Modelling reveals mysteries of accommodation

Sydney, Australia, 24 April 2015: The mysteries of accommodation are being revealed by advanced modelling and revolutionary imaging systems, suggesting a breakthrough synthetic lens to replace the presbyopic crystalline lens and restore accommodation is a not too distant prospect.

Researchers from Brien Holden Vision Institute and Bascom Palmer Eye Institute (BPEI), the number one ophthalmology centre in the US, have been collaborating through the Vision Cooperative Research Centre to find a ‘treatment’ for presbyopia since the 1990s.

“One of the keys to the success of the project, which is developing a synthetic polymer gel to replace the natural contents of the aged crystalline lens of the presbyopic eye, is a complete understanding of the properties of the natural lens and accommodation system,” says Dr Hooman Pour, Research Fellow at Brien Holden Vision Institute.

Dr Pour is seeking to help determine the necessary homogeneous mechanical and optical properties of a replacement gel that will yield the required optical response of the natural lens. “This process is made complex by the interplay between the mechanical and optical gradients,” says Dr Pour, who presented the research at the recent Ophthalmic Technologies conference of the annual SPIE Photonics West meeting, the world’s leading laser, photonics, and biomedical optics meeting.

“The refractive index is not uniformly distributed throughout the lens, meaning its ability to refract light changes as you move across or through it. Coupled with this are the mechanical stiffness changes throughout the lens that govern the lens change in shape when switching between ‘distant’ and ‘near’ vision. We need to both quantify the refractive index and stiffness changes across the lens and also understand the interplay between the mechanical and optical properties in order to replicate this in a synthetic lens.

 

THE LATEST MECHANICALLY AND OPTICALLY GRADIENT MODEL OF THE HUMAN ACCOMMODATION SYSTEM

“Using techniques such as numerical ray-tracing and finite element method, has enabled us to test the effect of varying the isotropic, or uniform, elasticity and refractive index on the accommodative response of the lens. In particular we wanted to test the effects on accommodative amplitude, which we found is a function of the refractive index and modulus of elasticity.

“The results will inform the ongoing work of our chemists, who are testing different polymer compositions to produce a product that will mimic the response of the natural lens.”

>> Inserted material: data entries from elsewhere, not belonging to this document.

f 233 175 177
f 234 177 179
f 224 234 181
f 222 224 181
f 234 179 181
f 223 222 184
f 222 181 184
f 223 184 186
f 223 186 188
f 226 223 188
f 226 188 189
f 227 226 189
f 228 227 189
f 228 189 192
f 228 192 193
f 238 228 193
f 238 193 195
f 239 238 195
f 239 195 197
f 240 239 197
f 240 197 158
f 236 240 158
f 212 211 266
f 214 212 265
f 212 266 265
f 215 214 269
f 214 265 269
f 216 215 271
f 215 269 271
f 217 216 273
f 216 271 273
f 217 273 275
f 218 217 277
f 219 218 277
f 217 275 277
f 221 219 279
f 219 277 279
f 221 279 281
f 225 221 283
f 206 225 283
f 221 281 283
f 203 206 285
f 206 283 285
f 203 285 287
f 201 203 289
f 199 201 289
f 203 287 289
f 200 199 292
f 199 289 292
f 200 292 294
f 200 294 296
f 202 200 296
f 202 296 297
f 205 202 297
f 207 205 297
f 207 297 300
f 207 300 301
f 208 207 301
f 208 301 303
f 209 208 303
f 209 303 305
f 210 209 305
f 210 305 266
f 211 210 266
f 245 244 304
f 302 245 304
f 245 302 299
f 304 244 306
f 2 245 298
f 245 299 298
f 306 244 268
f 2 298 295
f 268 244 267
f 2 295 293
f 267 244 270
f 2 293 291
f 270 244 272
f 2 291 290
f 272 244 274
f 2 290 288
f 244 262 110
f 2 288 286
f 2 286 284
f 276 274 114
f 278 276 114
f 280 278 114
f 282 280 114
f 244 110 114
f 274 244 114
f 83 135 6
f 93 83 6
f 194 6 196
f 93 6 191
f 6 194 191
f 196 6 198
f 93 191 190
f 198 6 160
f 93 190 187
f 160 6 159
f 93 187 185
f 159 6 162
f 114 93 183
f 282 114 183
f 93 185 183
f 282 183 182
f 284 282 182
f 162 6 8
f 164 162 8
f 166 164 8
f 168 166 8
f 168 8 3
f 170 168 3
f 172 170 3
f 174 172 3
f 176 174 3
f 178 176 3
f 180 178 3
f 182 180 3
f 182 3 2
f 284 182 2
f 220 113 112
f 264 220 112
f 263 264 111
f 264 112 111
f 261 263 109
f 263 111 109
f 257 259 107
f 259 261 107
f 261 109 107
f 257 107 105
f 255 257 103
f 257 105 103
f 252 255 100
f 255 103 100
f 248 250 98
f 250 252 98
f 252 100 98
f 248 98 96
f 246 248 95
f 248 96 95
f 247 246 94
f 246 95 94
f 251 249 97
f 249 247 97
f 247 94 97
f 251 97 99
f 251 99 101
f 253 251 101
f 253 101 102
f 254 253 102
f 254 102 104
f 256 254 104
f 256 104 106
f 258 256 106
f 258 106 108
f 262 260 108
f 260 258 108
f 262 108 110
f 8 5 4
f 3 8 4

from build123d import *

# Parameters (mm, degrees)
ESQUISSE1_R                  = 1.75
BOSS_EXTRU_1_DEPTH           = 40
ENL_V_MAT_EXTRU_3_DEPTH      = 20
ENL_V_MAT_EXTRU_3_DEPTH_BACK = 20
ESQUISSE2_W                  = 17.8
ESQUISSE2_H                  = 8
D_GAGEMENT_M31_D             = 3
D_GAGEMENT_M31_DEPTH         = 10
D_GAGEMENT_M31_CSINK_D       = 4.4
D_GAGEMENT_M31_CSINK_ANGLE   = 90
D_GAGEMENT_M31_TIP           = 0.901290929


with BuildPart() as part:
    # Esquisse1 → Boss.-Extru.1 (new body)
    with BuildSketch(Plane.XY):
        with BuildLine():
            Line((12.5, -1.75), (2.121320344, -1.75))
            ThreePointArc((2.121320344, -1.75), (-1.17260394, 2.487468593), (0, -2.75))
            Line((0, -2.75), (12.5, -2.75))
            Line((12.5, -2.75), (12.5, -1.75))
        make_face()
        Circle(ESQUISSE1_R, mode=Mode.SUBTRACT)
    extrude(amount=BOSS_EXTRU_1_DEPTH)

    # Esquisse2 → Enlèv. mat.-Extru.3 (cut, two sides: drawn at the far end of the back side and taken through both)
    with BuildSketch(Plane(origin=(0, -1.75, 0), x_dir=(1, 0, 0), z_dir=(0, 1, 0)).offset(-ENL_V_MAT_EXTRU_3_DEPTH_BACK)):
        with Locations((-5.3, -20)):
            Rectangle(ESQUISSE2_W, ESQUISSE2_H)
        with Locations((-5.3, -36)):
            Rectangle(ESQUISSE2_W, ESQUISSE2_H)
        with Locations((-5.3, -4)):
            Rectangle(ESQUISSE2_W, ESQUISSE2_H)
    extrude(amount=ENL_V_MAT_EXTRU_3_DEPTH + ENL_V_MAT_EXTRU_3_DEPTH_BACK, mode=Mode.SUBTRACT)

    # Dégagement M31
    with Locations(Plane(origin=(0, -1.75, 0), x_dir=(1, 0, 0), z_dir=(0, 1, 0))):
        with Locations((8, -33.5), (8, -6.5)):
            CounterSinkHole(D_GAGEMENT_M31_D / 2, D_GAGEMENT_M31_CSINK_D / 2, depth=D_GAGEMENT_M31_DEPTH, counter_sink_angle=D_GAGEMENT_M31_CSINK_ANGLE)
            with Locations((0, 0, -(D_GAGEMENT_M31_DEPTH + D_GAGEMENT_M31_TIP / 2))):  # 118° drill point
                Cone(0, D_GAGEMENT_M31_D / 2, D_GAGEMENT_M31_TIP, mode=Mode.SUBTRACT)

The BPEI researchers have developed an imaging system that for the first time is able to visualise all of the key elements of the accommodation system – the crystalline lens, the ciliary muscle, and the zonular fibres. The revolutionary four-dimensional instrument was conceived to quantify the mechanism of accommodation in real time, says Professor Jean-Marie Parel, Director of the Ophthalmic Biophysics Center at BPEI.

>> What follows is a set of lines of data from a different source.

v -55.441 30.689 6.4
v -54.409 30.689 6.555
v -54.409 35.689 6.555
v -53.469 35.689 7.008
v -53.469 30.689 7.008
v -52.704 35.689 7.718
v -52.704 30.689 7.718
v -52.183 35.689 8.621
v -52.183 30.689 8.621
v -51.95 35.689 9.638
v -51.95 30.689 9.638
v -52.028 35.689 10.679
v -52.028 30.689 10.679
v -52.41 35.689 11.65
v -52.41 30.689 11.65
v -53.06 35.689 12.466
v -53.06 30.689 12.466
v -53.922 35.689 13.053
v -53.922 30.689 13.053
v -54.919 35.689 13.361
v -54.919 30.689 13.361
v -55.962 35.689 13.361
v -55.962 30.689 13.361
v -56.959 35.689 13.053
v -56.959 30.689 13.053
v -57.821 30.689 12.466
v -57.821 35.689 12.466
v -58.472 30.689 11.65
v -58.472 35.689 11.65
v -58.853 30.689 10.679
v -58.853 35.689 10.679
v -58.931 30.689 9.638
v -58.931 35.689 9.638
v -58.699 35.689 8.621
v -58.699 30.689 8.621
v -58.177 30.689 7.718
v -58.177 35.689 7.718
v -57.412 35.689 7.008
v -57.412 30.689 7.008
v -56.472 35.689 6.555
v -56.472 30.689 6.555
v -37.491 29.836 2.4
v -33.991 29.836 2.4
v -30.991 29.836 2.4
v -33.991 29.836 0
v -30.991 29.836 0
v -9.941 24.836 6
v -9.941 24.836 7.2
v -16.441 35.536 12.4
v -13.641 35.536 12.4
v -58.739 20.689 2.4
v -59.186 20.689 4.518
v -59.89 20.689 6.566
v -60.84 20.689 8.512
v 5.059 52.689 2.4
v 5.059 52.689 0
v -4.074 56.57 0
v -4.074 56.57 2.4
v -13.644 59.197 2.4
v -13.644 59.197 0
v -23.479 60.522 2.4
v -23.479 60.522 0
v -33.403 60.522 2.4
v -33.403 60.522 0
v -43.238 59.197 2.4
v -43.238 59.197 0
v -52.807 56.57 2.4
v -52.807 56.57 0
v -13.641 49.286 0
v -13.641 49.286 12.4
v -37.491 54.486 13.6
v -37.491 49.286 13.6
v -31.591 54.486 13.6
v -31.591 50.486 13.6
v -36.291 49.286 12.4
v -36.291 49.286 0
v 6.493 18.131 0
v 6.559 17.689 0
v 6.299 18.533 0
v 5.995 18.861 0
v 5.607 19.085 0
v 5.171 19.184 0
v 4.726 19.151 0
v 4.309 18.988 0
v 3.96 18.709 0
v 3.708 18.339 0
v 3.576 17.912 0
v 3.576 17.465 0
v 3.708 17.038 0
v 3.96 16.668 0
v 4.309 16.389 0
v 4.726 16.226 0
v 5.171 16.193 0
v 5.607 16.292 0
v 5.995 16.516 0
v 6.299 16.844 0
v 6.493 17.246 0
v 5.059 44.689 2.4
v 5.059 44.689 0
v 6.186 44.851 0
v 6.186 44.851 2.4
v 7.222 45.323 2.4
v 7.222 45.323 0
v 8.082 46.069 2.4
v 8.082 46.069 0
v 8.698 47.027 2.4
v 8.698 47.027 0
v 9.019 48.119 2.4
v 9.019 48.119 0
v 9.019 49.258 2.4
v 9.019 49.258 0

“It dynamically shows and records cross-sections of the whole eye, hence monitoring the intraocular structural changes in the lens and ciliary muscle that occur when the subject accommodates and disaccommodates,” Professor Parel says.

“It was designed to objectively assess the changes that occur in young and presbyopic subjects and the efficacy of implants designed to restore accommodation.”

This research was presented at the Ophthalmic Technologies conference, a part of SPIE (international society for optics and photonics) Photonics West meeting in San Francisco recently.